The sixth instalment of the Saw franchise begins with a little game of who can lose the most. Of course in the Saw context, it’s a particularly fiendish contest where the person that can cut off the most flesh from their bodies and drop it on a scale before losing a critical amount of blood wins… their life, that is. It’s worth noting that after five previous consecutive years of this kind of brutality, Saw just can’t make ‘em like they used to. Death traps that is. And as the guy shaves fat from his rotund mid-section and the woman tries valiantly to lob her own arm off with a meat cleaver, you begin to realize just how dull this horror franchise has become.
Case in the point, the film’s reliance on faces of Saws gone by. Returning as if they were never killed off three movies ago in the first place are Tobin Bell as John Kramer and Shawnee Smith as Amanda. Seemingly intricate to the plot again, they appear in flashback as the new(er) Jigsaw, the not-so intrepid Detective Hoffman (Costas Mandylor), runs what’s going to be Jigsaw’s final game, one last time. And because simply being a stark raving psycho isn’t good enough motivation to be a movie serial killer anymore, we get another layer to John Kramer’s motivation in becoming Jigsaw to begin with. Yet I’m still forced to wonder: how does a guy dying of cancer have the time and foresight to leave so many complicated plans and instructions on actions to be taken after his death?
It’s worth noting that this Saw gets political too. As US politicians and pundits debate the merits of healthcare reform, Saw VI takes things to the extreme. Kramer`s insurance company become the vessel for his cats paw’s vengeance and torment in this round. Or more specifically the company vice-president (Peter Outerbridge) that has a team of paper-pushers working overtime to find so-called lies people included or excluded in their applications. In anything-to-make-a-buck healthcare capitalism, these guys are the tops. Or the bottoms. Actually, make that the scum beneath the bottom. Of all the Jigsaw’s victims, taking these guys out makes a lot of sense. And there’s the rub, wasn’t Jigsaw about making people appreciate their lives and not petty revenge?

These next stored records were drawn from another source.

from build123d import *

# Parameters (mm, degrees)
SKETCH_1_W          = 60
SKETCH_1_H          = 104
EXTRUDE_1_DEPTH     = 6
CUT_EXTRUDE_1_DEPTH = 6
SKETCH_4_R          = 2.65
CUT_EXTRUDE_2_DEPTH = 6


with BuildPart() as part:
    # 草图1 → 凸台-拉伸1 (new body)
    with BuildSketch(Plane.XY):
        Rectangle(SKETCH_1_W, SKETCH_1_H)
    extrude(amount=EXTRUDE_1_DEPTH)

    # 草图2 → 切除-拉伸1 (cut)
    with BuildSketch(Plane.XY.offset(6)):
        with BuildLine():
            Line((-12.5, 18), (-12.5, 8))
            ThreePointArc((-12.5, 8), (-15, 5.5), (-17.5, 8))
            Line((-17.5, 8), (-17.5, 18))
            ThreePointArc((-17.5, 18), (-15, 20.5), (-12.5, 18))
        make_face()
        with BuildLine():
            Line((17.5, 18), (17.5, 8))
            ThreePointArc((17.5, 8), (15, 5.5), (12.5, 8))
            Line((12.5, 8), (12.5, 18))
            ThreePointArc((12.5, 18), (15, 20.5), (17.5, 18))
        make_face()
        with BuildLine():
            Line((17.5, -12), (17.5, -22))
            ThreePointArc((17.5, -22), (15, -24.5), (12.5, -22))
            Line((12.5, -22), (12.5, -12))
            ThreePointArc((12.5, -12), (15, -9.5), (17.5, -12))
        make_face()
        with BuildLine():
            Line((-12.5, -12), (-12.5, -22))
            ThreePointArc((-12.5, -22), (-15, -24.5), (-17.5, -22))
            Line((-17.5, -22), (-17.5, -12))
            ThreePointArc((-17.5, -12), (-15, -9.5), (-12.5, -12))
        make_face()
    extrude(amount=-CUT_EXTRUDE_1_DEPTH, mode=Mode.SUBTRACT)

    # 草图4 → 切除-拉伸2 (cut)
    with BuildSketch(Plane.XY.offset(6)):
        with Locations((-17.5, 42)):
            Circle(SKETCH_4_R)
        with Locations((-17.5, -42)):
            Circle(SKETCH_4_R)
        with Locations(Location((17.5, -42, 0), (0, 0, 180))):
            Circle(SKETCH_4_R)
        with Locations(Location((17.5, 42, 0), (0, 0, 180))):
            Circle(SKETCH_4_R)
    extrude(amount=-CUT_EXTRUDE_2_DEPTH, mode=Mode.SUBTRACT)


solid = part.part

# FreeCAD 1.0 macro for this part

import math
import FreeCAD as App
import Part
import Sketcher
Q = App.Units.Quantity


def add_polygon(sketch, points):
    """Adds a closed chain of lines whose ends are joined by coincident constraints."""
    first, n = sketch.GeometryCount, len(points)
    for a, b in zip(points, points[1:] + points[:1]):
        sketch.addGeometry(Part.LineSegment(App.Vector(*a, 0), App.Vector(*b, 0)), False)
    for i in range(n):
        sketch.addConstraint(Sketcher.Constraint("Coincident", first + i, 2, first + (i + 1) % n, 1))

doc = App.newDocument("Part")
params = doc.addObject("Spreadsheet::Sheet", "Params")
for row, (alias, value) in enumerate([
    ("sketch1_width", "60 mm"),
    ("sketch1_height", "104 mm"),
    ("pad1_length", "6 mm"),
    ("sketch2_radius", "2.5 mm"),
    ("sketch2_height", "10 mm"),
    ("pocket1_length", "6 mm"),
    ("sketch3_diameter", "5.3 mm"),
    ("pocket2_length", "6 mm"),
], start=1):
    params.set(f"A{row}", alias)
    params.set(f"B{row}", "=" + value)
    params.setAlias(f"B{row}", alias)

body = doc.addObject("PartDesign::Body", "Body")

# Sketch on XY plane
sketch1 = body.newObject("Sketcher::SketchObject", "Sketch")
sketch1.AttachmentSupport = (doc.getObject("XY_Plane"), [""])
sketch1.MapMode = "FlatFace"
add_polygon(sketch1, [(-30, 52), (-30, -52), (30, -52), (30, 52)])  # lines 0-3
sketch1.addConstraint([
    Sketcher.Constraint("Vertical", 0),
    Sketcher.Constraint("Horizontal", 1),
    Sketcher.Constraint("Vertical", 2),
    Sketcher.Constraint("Horizontal", 3),
    Sketcher.Constraint("Symmetric", 0, 2, 2, 2, -1, 1),
    Sketcher.Constraint("DistanceX", 1, 1, 1, 2, Q("60 mm")),
    Sketcher.Constraint("DistanceY", 0, 2, 0, 1, Q("104 mm")),
])
sketch1.setExpression("Constraints[9]", "Params.sketch1_width")
sketch1.setExpression("Constraints[10]", "Params.sketch1_height")
pad1 = body.newObject("PartDesign::Pad", "Pad")
pad1.Profile = sketch1
pad1.setExpression("Length", "Params.pad1_length")

# Sketch on XY plane
sketch2 = body.newObject("Sketcher::SketchObject", "Sketch001")
sketch2.AttachmentSupport = (doc.getObject("XY_Plane"), [""])
sketch2.MapMode = "FlatFace"
sketch2.AttachmentOffset = App.Placement(App.Vector(0, 0, 6), App.Rotation())
sketch2.addGeometry([
    Part.LineSegment(App.Vector(-12.5, 8, 0), App.Vector(-12.5, 18, 0)),  # 0
    Part.ArcOfCircle(Part.Circle(App.Vector(-15, 18, 0), App.Vector(0, 0, 1), 2.5), math.radians(0), math.radians(180)),  # 1
    Part.LineSegment(App.Vector(-17.5, 18, 0), App.Vector(-17.5, 8, 0)),  # 2
    Part.ArcOfCircle(Part.Circle(App.Vector(-15, 8, 0), App.Vector(0, 0, 1), 2.5), math.radians(180), math.radians(360)),  # 3
    Part.LineSegment(App.Vector(17.5, 8, 0), App.Vector(17.5, 18, 0)),  # 4
    Part.ArcOfCircle(Part.Circle(App.Vector(15, 18, 0), App.Vector(0, 0, 1), 2.5), math.radians(0), math.radians(180)),  # 5
    Part.LineSegment(App.Vector(12.5, 18, 0), App.Vector(12.5, 8, 0)),  # 6
    Part.ArcOfCircle(Part.Circle(App.Vector(15, 8, 0), App.Vector(0, 0, 1), 2.5), math.radians(180), math.radians(360)),  # 7
    Part.LineSegment(App.Vector(17.5, -22, 0), App.Vector(17.5, -12, 0)),  # 8
    Part.ArcOfCircle(Part.Circle(App.Vector(15, -12, 0), App.Vector(0, 0, 1), 2.5), math.radians(0), math.radians(180)),  # 9
    Part.LineSegment(App.Vector(12.5, -12, 0), App.Vector(12.5, -22, 0)),  # 10
    Part.ArcOfCircle(Part.Circle(App.Vector(15, -22, 0), App.Vector(0, 0, 1), 2.5), math.radians(180), math.radians(360)),  # 11
    Part.LineSegment(App.Vector(-12.5, -22, 0), App.Vector(-12.5, -12, 0)),  # 12
    Part.ArcOfCircle(Part.Circle(App.Vector(-15, -12, 0), App.Vector(0, 0, 1), 2.5), math.radians(0), math.radians(180)),  # 13
    Part.LineSegment(App.Vector(-17.5, -12, 0), App.Vector(-17.5, -22, 0)),  # 14
    Part.ArcOfCircle(Part.Circle(App.Vector(-15, -22, 0), App.Vector(0, 0, 1), 2.5), math.radians(180), math.radians(360)),  # 15
], False)
sketch2.addConstraint([
    Sketcher.Constraint("Tangent", 0, 2, 1, 1),
    Sketcher.Constraint("Tangent", 1, 2, 2, 1),
    Sketcher.Constraint("Tangent", 2, 2, 3, 1),
    Sketcher.Constraint("Tangent", 3, 2, 0, 1),
    Sketcher.Constraint("Tangent", 4, 2, 5, 1),
    Sketcher.Constraint("Tangent", 5, 2, 6, 1),
    Sketcher.Constraint("Tangent", 6, 2, 7, 1),
    Sketcher.Constraint("Tangent", 7, 2, 4, 1),
    Sketcher.Constraint("Tangent", 8, 2, 9, 1),
    Sketcher.Constraint("Tangent", 9, 2, 10, 1),
    Sketcher.Constraint("Tangent", 10, 2, 11, 1),
    Sketcher.Constraint("Tangent", 11, 2, 8, 1),
    Sketcher.Constraint("Tangent", 12, 2, 13, 1),
    Sketcher.Constraint("Tangent", 13, 2, 14, 1),
    Sketcher.Constraint("Tangent", 14, 2, 15, 1),
    Sketcher.Constraint("Tangent", 15, 2, 12, 1),
    Sketcher.Constraint("Vertical", 0),
    Sketcher.Constraint("Vertical", 2),
    Sketcher.Constraint("Vertical", 4),
    Sketcher.Constraint("Vertical", 6),
    Sketcher.Constraint("Vertical", 8),
    Sketcher.Constraint("Vertical", 10),
    Sketcher.Constraint("Vertical", 12),
    Sketcher.Constraint("Vertical", 14),
    Sketcher.Constraint("Equal", 3, 5),
    Sketcher.Constraint("Equal", 7, 9),
    Sketcher.Constraint("Equal", 11, 13),
    Sketcher.Constraint("Symmetric", 1, 3, 5, 3, -2),
    Sketcher.Constraint("Symmetric", 9, 3, 13, 3, -2),
    Sketcher.Constraint("Horizontal", 3, 3, 7, 3),
    Sketcher.Constraint("Horizontal", 11, 3, 15, 3),
    Sketcher.Constraint("Vertical", 7, 3, 9, 3),
    Sketcher.Constraint("Equal", 6, 8),
    Sketcher.Constraint("Radius", 1, Q("2.5 mm")),
    Sketcher.Constraint("DistanceY", 0, 1, 0, 2, Q("10 mm")),
    Sketcher.Constraint("DistanceX", 1, 3, -1, 1, Q("15 mm")),
    Sketcher.Constraint("DistanceY", -1, 1, 1, 3, Q("18 mm")),
    Sketcher.Constraint("DistanceY", 9, 3, -1, 1, Q("12 mm")),
])
sketch2.setExpression("Constraints[33]", "Params.sketch2_radius")
sketch2.setExpression("Constraints[34]", "Params.sketch2_height")
pocket1 = body.newObject("PartDesign::Pocket", "Pocket")
pocket1.Profile = sketch2
pocket1.setExpression("Length", "Params.pocket1_length")

# Sketch on XY plane
sketch3 = body.newObject("Sketcher::SketchObject", "Sketch002")
sketch3.AttachmentSupport = (doc.getObject("XY_Plane"), [""])
sketch3.MapMode = "FlatFace"
sketch3.AttachmentOffset = App.Placement(App.Vector(0, 0, 6), App.Rotation())
sketch3.addGeometry([
    Part.Circle(App.Vector(-17.5, 42, 0), App.Vector(0, 0, 1), 2.6),
    Part.Circle(App.Vector(-17.5, -42, 0), App.Vector(0, 0, 1), 2.6),
    Part.Circle(App.Vector(17.5, -42, 0), App.Vector(0, 0, 1), 2.6),
    Part.Circle(App.Vector(17.5, 42, 0), App.Vector(0, 0, 1), 2.6),
], False)
sketch3.addConstraint([
    Sketcher.Constraint("Equal", 0, 1),
    Sketcher.Constraint("Equal", 1, 2),
    Sketcher.Constraint("Equal", 2, 3),
    Sketcher.Constraint("Symmetric", 0, 3, 2, 3, -1, 1),
    Sketcher.Constraint("Symmetric", 1, 3, 3, 3, -1, 1),
    Sketcher.Constraint("Symmetric", 1, 3, 2, 3, -2),
    Sketcher.Constraint("Diameter", 0, Q("5.3 mm")),
    Sketcher.Constraint("DistanceY", -1, 1, 0, 3, Q("42 mm")),
    Sketcher.Constraint("DistanceX", 1, 3, 2, 3, Q("35 mm")),
])
sketch3.setExpression("Constraints[6]", "Params.sketch3_diameter")
pocket2 = body.newObject("PartDesign::Pocket", "Pocket001")
pocket2.Profile = sketch3
pocket2.setExpression("Length", "Params.pocket2_length")

doc.recompute()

I’ve got to say though, at this point I doubt even the filmmakers know what they’re doing anymore. The Saw movies are almost paint-by-numbers versions of themselves, a laundry list of assorted blood-lettings, tortures and dismemberments which all lead to some kind of twisted ending where Jigsaw’s (whoever he may be) true intentions are revealed. But six movies have dulled the edge, and although the deaths are more elaborate, the gross out factor that is torture porn’s signature seems horribly diminished. Only one scene truly gets your gross out, and telling you about would ruin the ending. So you have to sit through the games and the machinations of the weirdly squirrelly beefcake Hoffman to see the money.
Plus, the ongoing presumption that with this sixth film we’ve reached some kind finality is a pointless marketing gag because the astute internet observers know that Saw VII is in pre-production to unleash 3-D horror on us next year. A few months ago, the fourth Final Destination movie was released in 3-D to highly limited success. Why? Because it was a cold remake of the first three films, just in 3-D, as if we’re supposed to get excited about that. On the plus side though, it’ll give us something new to chew on rather than the ongoing “finality” of this series that somehow keeps going after all the major characters are killed off. So chill out and drop in Halloween 2010 for Jigsaw’s final, final, final game.